TASK BRIEF. Copy out every line of the records in which "extrude" can be found.
=====
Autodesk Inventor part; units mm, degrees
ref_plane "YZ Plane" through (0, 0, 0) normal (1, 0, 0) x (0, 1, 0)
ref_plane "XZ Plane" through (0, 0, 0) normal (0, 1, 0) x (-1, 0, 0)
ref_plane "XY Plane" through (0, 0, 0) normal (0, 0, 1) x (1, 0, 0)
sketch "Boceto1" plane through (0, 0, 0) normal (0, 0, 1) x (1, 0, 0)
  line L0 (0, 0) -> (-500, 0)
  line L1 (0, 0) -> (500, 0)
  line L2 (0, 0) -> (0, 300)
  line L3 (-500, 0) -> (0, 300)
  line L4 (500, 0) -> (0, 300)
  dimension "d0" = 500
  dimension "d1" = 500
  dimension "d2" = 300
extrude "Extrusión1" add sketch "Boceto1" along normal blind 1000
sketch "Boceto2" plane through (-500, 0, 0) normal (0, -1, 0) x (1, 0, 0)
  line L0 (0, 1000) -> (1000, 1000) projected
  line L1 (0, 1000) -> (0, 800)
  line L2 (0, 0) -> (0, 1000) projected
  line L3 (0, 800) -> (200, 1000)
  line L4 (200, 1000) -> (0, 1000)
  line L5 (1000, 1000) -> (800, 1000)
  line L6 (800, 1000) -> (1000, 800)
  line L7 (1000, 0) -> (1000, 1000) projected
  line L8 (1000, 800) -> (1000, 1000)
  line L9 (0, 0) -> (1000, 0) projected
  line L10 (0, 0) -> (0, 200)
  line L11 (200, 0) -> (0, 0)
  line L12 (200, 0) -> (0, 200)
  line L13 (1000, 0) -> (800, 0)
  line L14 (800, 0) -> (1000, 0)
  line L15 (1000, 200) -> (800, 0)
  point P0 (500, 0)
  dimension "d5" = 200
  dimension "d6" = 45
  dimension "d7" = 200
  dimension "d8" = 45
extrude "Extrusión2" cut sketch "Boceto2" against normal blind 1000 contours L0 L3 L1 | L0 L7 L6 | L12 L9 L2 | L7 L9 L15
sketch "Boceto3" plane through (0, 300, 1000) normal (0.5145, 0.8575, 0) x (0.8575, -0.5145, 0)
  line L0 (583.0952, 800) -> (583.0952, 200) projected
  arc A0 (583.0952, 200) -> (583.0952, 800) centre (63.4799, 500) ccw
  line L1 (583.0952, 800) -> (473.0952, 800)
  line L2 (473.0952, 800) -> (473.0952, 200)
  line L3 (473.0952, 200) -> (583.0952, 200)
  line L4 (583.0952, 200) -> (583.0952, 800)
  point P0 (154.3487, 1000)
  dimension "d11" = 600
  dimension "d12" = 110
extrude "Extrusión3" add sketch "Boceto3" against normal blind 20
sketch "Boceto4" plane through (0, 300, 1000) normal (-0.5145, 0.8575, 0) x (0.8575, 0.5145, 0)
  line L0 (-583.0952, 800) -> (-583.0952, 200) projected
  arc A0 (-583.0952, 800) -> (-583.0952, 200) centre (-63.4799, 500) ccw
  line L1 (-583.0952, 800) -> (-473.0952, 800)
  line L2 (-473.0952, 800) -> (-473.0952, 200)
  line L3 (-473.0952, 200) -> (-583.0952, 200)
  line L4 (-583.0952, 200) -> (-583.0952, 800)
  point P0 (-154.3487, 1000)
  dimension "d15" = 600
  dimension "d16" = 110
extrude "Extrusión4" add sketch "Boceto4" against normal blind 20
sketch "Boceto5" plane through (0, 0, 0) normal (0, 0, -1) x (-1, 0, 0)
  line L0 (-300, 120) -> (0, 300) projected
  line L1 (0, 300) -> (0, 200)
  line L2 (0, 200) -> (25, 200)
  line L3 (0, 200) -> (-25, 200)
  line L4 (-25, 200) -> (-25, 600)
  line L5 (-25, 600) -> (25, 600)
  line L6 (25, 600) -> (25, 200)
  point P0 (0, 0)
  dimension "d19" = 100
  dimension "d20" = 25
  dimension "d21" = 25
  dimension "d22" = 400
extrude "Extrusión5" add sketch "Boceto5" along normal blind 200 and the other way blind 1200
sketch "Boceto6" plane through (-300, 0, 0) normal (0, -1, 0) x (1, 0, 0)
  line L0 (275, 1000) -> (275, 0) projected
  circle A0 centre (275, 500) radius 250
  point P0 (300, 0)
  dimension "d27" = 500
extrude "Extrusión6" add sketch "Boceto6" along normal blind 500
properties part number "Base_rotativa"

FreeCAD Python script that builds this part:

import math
import FreeCAD as App
import Part
import Sketcher
from FreeCAD import Vector

doc = App.newDocument("Part")
params = doc.addObject("Spreadsheet::Sheet", "Params")
for row, (alias, value) in enumerate([
    ("pad1_length", "1000 mm"),
    ("sketch2_width", "200 mm"),
    ("pocket1_length", "1000 mm"),
    ("sketch3_radius", "600 mm"),
    ("sketch3_width", "110 mm"),
    ("sketch3_height", "600 mm"),
    ("pad2_length", "20 mm"),
    ("sketch4_radius", "600 mm"),
    ("sketch4_width", "110 mm"),
    ("sketch4_height", "600 mm"),
    ("pad3_length", "20 mm"),
    ("sketch5_height", "400 mm"),
    ("pad4_length", "200 mm"),
    ("pad4_length2", "1200 mm"),
    ("sketch6_diameter", "500 mm"),
    ("pad5_length", "500 mm"),
], start=1):
    params.set(f"A{row}", alias)
    params.set(f"B{row}", "=" + value)
    params.setAlias(f"B{row}", alias)

body = doc.addObject("PartDesign::Body", "Body")

sketch1 = doc.addObject("Sketcher::SketchObject", "Sketch")
body.addObject(sketch1)
sketch1.AttachmentSupport = (doc.XY_Plane, [""])
sketch1.MapMode = "FlatFace"
sketch1.addGeometry([
    Part.LineSegment(Vector(500, 0, 0), Vector(0, 300, 0)),
    Part.LineSegment(Vector(0, 300, 0), Vector(-500, 0, 0)),
    Part.LineSegment(Vector(-500, 0, 0), Vector(500, 0, 0)),
], False)
sketch1.addConstraint([
    Sketcher.Constraint("Coincident", 0, 2, 1, 1),
    Sketcher.Constraint("Coincident", 1, 2, 2, 1),
    Sketcher.Constraint("Coincident", 2, 2, 0, 1),
    Sketcher.Constraint("Horizontal", 2),
    Sketcher.Constraint("Symmetric", 1, 2, 2, 2, -1, 1),
    Sketcher.Constraint("PointOnObject", 0, 2, -2),
    Sketcher.Constraint("DistanceY", -1, 1, 0, 2, 300.0),
    Sketcher.Constraint("DistanceX", 1, 2, -1, 1, 500.0),
])
pad1 = doc.addObject("PartDesign::Pad", "Pad")
body.addObject(pad1)
pad1.Profile = sketch1
pad1.setExpression("Length", "Params.pad1_length")

sketch2 = doc.addObject("Sketcher::SketchObject", "Sketch001")
body.addObject(sketch2)
sketch2.AttachmentSupport = (doc.XZ_Plane, [""])
sketch2.MapMode = "FlatFace"
sketch2.addGeometry([
    Part.LineSegment(Vector(-300, 1000, 0), Vector(-500, 1000, 0)),
    Part.LineSegment(Vector(-500, 1000, 0), Vector(-500, 800, 0)),
    Part.LineSegment(Vector(-500, 800, 0), Vector(-300, 1000, 0)),
    Part.LineSegment(Vector(500, 1000, 0), Vector(300, 1000, 0)),
    Part.LineSegment(Vector(300, 1000, 0), Vector(500, 800, 0)),
    Part.LineSegment(Vector(500, 800, 0), Vector(500, 1000, 0)),
    Part.LineSegment(Vector(-300, 0, 0), Vector(-500, 200, 0)),
    Part.LineSegment(Vector(-500, 200, 0), Vector(-500, 0, 0)),
    Part.LineSegment(Vector(-500, 0, 0), Vector(-300, 0, 0)),
    Part.LineSegment(Vector(500, 0, 0), Vector(500, 200, 0)),
    Part.LineSegment(Vector(500, 200, 0), Vector(300, 0, 0)),
    Part.LineSegment(Vector(300, 0, 0), Vector(500, 0, 0)),
], False)
sketch2.addConstraint([
    Sketcher.Constraint("Coincident", 0, 2, 1, 1),
    Sketcher.Constraint("Coincident", 1, 2, 2, 1),
    Sketcher.Constraint("Coincident", 2, 2, 0, 1),
    Sketcher.Constraint("Coincident", 3, 2, 4, 1),
    Sketcher.Constraint("Coincident", 4, 2, 5, 1),
    Sketcher.Constraint("Coincident", 5, 2, 3, 1),
    Sketcher.Constraint("Coincident", 6, 2, 7, 1),
    Sketcher.Constraint("Coincident", 7, 2, 8, 1),
    Sketcher.Constraint("Coincident", 8, 2, 6, 1),
    Sketcher.Constraint("Coincident", 9, 2, 10, 1),
    Sketcher.Constraint("Coincident", 10, 2, 11, 1),
    Sketcher.Constraint("Coincident", 11, 2, 9, 1),
    Sketcher.Constraint("Horizontal", 0),
    Sketcher.Constraint("Vertical", 1),
    Sketcher.Constraint("Horizontal", 3),
    Sketcher.Constraint("Vertical", 5),
    Sketcher.Constraint("Vertical", 7),
    Sketcher.Constraint("Horizontal", 8),
    Sketcher.Constraint("Vertical", 9),
    Sketcher.Constraint("Horizontal", 11),
    Sketcher.Constraint("Symmetric", 8, 2, 10, 2, -1, 1),
    Sketcher.Constraint("Symmetric", 2, 2, 3, 2, -2),
    Sketcher.Constraint("Symmetric", 1, 2, 4, 2, -2),
    Sketcher.Constraint("Symmetric", 6, 2, 9, 2, -2),
    Sketcher.Constraint("PointOnObject", 7, 2, -1),
    Sketcher.Constraint("Perpendicular", 2, 4),
    Sketcher.Constraint("Parallel", 4, 6),
    Sketcher.Constraint("Vertical", 1, 2, 6, 2),
    Sketcher.Constraint("Vertical", 2, 2, 8, 2),
    Sketcher.Constraint("DistanceX", 0, 2, 0, 1, 200.0),
    Sketcher.Constraint("DistanceX", 0, 2, -1, 1, 500.0),
    Sketcher.Constraint("DistanceY", -1, 1, 0, 2, 1000.0),
])
sketch2.setExpression("Constraints[29]", "Params.sketch2_width")
pocket1 = doc.addObject("PartDesign::Pocket", "Pocket")
body.addObject(pocket1)
pocket1.Profile = sketch2
pocket1.setExpression("Length", "Params.pocket1_length")

sketch3 = doc.addObject("Sketcher::SketchObject", "Sketch002")
body.addObject(sketch3)
sketch3.Placement = App.Placement(Vector(0, 300, 1000), App.Rotation(Vector(0.857492926, -0.514495755, 0), Vector(0, 0, -1), Vector(0.514495755, 0.857492926, 0), "ZXY"))
sketch3.addGeometry([
    Part.ArcOfCircle(Part.Circle(Vector(63, 500, 0), Vector(0, 0, 1), 600), math.radians(-30), math.radians(30)),
    Part.LineSegment(Vector(583, 800, 0), Vector(473, 800, 0)),
    Part.LineSegment(Vector(473, 800, 0), Vector(473, 200, 0)),
    Part.LineSegment(Vector(473, 200, 0), Vector(583, 200, 0)),
], False)
sketch3.addConstraint([
    Sketcher.Constraint("Coincident", 0, 2, 1, 1),
    Sketcher.Constraint("Coincident", 1, 2, 2, 1),
    Sketcher.Constraint("Coincident", 2, 2, 3, 1),
    Sketcher.Constraint("Coincident", 3, 2, 0, 1),
    Sketcher.Constraint("Horizontal", 1),
    Sketcher.Constraint("Vertical", 2),
    Sketcher.Constraint("Horizontal", 3),
    Sketcher.Constraint("Vertical", 0, 2, 3, 2),
    Sketcher.Constraint("Radius", 0, 600.0),
    Sketcher.Constraint("DistanceX", 1, 2, 1, 1, 110.0),
    Sketcher.Constraint("DistanceY", 2, 2, 2, 1, 600.0),
    Sketcher.Constraint("DistanceY", -1, 1, 0, 3, 500.0),
    Sketcher.Constraint("DistanceX", -1, 1, 0, 3, 63.48),
])
sketch3.setExpression("Constraints[8]", "Params.sketch3_radius")
sketch3.setExpression("Constraints[9]", "Params.sketch3_width")
sketch3.setExpression("Constraints[10]", "Params.sketch3_height")
pad2 = doc.addObject("PartDesign::Pad", "Pad001")
body.addObject(pad2)
pad2.Profile = sketch3
pad2.setExpression("Length", "Params.pad2_length")
pad2.Reversed = True

sketch4 = doc.addObject("Sketcher::SketchObject", "Sketch003")
body.addObject(sketch4)
sketch4.Placement = App.Placement(Vector(0, 300, 1000), App.Rotation(Vector(0.857492926, 0.514495755, 0), Vector(0, 0, -1), Vector(-0.514495755, 0.857492926, 0), "ZXY"))
sketch4.addGeometry([
    Part.LineSegment(Vector(-473, 800, 0), Vector(-583, 800, 0)),
    Part.ArcOfCircle(Part.Circle(Vector(-63, 500, 0), Vector(0, 0, 1), 600), math.radians(150), math.radians(210)),
    Part.LineSegment(Vector(-583, 200, 0), Vector(-473, 200, 0)),
    Part.LineSegment(Vector(-473, 200, 0), Vector(-473, 800, 0)),
], False)
sketch4.addConstraint([
    Sketcher.Constraint("Coincident", 0, 2, 1, 1),
    Sketcher.Constraint("Coincident", 1, 2, 2, 1),
    Sketcher.Constraint("Coincident", 2, 2, 3, 1),
    Sketcher.Constraint("Coincident", 3, 2, 0, 1),
    Sketcher.Constraint("Horizontal", 0),
    Sketcher.Constraint("Horizontal", 2),
    Sketcher.Constraint("Vertical", 3),
    Sketcher.Constraint("Vertical", 0, 2, 1, 2),
    Sketcher.Constraint("Radius", 1, 600.0),
    Sketcher.Constraint("DistanceX", 0, 2, 0, 1, 110.0),
    Sketcher.Constraint("DistanceY", 3, 1, 3, 2, 600.0),
    Sketcher.Constraint("DistanceY", -1, 1, 1, 3, 500.0),
    Sketcher.Constraint("DistanceX", 1, 3, -1, 1, 63.48),
])
sketch4.setExpression("Constraints[8]", "Params.sketch4_radius")
sketch4.setExpression("Constraints[9]", "Params.sketch4_width")
sketch4.setExpression("Constraints[10]", "Params.sketch4_height")
pad3 = doc.addObject("PartDesign::Pad", "Pad002")
body.addObject(pad3)
pad3.Profile = sketch4
pad3.setExpression("Length", "Params.pad3_length")
pad3.Reversed = True

sketch5 = doc.addObject("Sketcher::SketchObject", "Sketch004")
body.addObject(sketch5)
sketch5.AttachmentSupport = (doc.XY_Plane, [""])
sketch5.MapMode = "FlatFace"
sketch5.addGeometry([
    Part.LineSegment(Vector(25, 600, 0), Vector(25, 200, 0)),
    Part.LineSegment(Vector(25, 200, 0), Vector(-25, 200, 0)),
    Part.LineSegment(Vector(-25, 200, 0), Vector(-25, 600, 0)),
    Part.LineSegment(Vector(-25, 600, 0), Vector(25, 600, 0)),
], False)
sketch5.addConstraint([
    Sketcher.Constraint("Coincident", 0, 2, 1, 1),
    Sketcher.Constraint("Coincident", 1, 2, 2, 1),
    Sketcher.Constraint("Coincident", 2, 2, 3, 1),
    Sketcher.Constraint("Coincident", 3, 2, 0, 1),
    Sketcher.Constraint("Vertical", 0),
    Sketcher.Constraint("Horizontal", 1),
    Sketcher.Constraint("Vertical", 2),
    Sketcher.Constraint("Horizontal", 3),
    Sketcher.Constraint("DistanceY", 0, 2, 0, 1, 400.0),
    Sketcher.Constraint("DistanceX", -1, 1, 0, 2, 25.0),
    Sketcher.Constraint("DistanceX", 1, 2, -1, 1, 25.0),
    Sketcher.Constraint("DistanceY", -1, 1, 0, 2, 200.0),
])
sketch5.setExpression("Constraints[8]", "Params.sketch5_height")
pad4 = doc.addObject("PartDesign::Pad", "Pad003")
body.addObject(pad4)
pad4.Profile = sketch5
pad4.Type = "TwoLengths"
pad4.setExpression("Length", "Params.pad4_length")
pad4.setExpression("Length2", "Params.pad4_length2")
pad4.Reversed = True

sketch6 = doc.addObject("Sketcher::SketchObject", "Sketch005")
body.addObject(sketch6)
sketch6.AttachmentSupport = (doc.XZ_Plane, [""])
sketch6.MapMode = "FlatFace"
sketch6.addGeometry(Part.Circle(Vector(-25, 500, 0), Vector(0, 0, 1), 250), False)
sketch6.addConstraint([
    Sketcher.Constraint("Diameter", 0, 500.0),
    Sketcher.Constraint("DistanceY", -1, 1, 0, 3, 500.0),
    Sketcher.Constraint("DistanceX", 0, 3, -1, 1, 25.0),
])
sketch6.setExpression("Constraints[0]", "Params.sketch6_diameter")
pad5 = doc.addObject("PartDesign::Pad", "Pad004")
body.addObject(pad5)
pad5.Profile = sketch6
pad5.setExpression("Length", "Params.pad5_length")

doc.recompute()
=====
YOUR RESPONSE.
extrude "Extrusión1" add sketch "Boceto1" along normal blind 1000
extrude "Extrusión2" cut sketch "Boceto2" against normal blind 1000 contours L0 L3 L1 | L0 L7 L6 | L12 L9 L2 | L7 L9 L15
extrude "Extrusión3" add sketch "Boceto3" against normal blind 20
extrude "Extrusión4" add sketch "Boceto4" against normal blind 20
extrude "Extrusión5" add sketch "Boceto5" along normal blind 200 and the other way blind 1200
extrude "Extrusión6" add sketch "Boceto6" along normal blind 500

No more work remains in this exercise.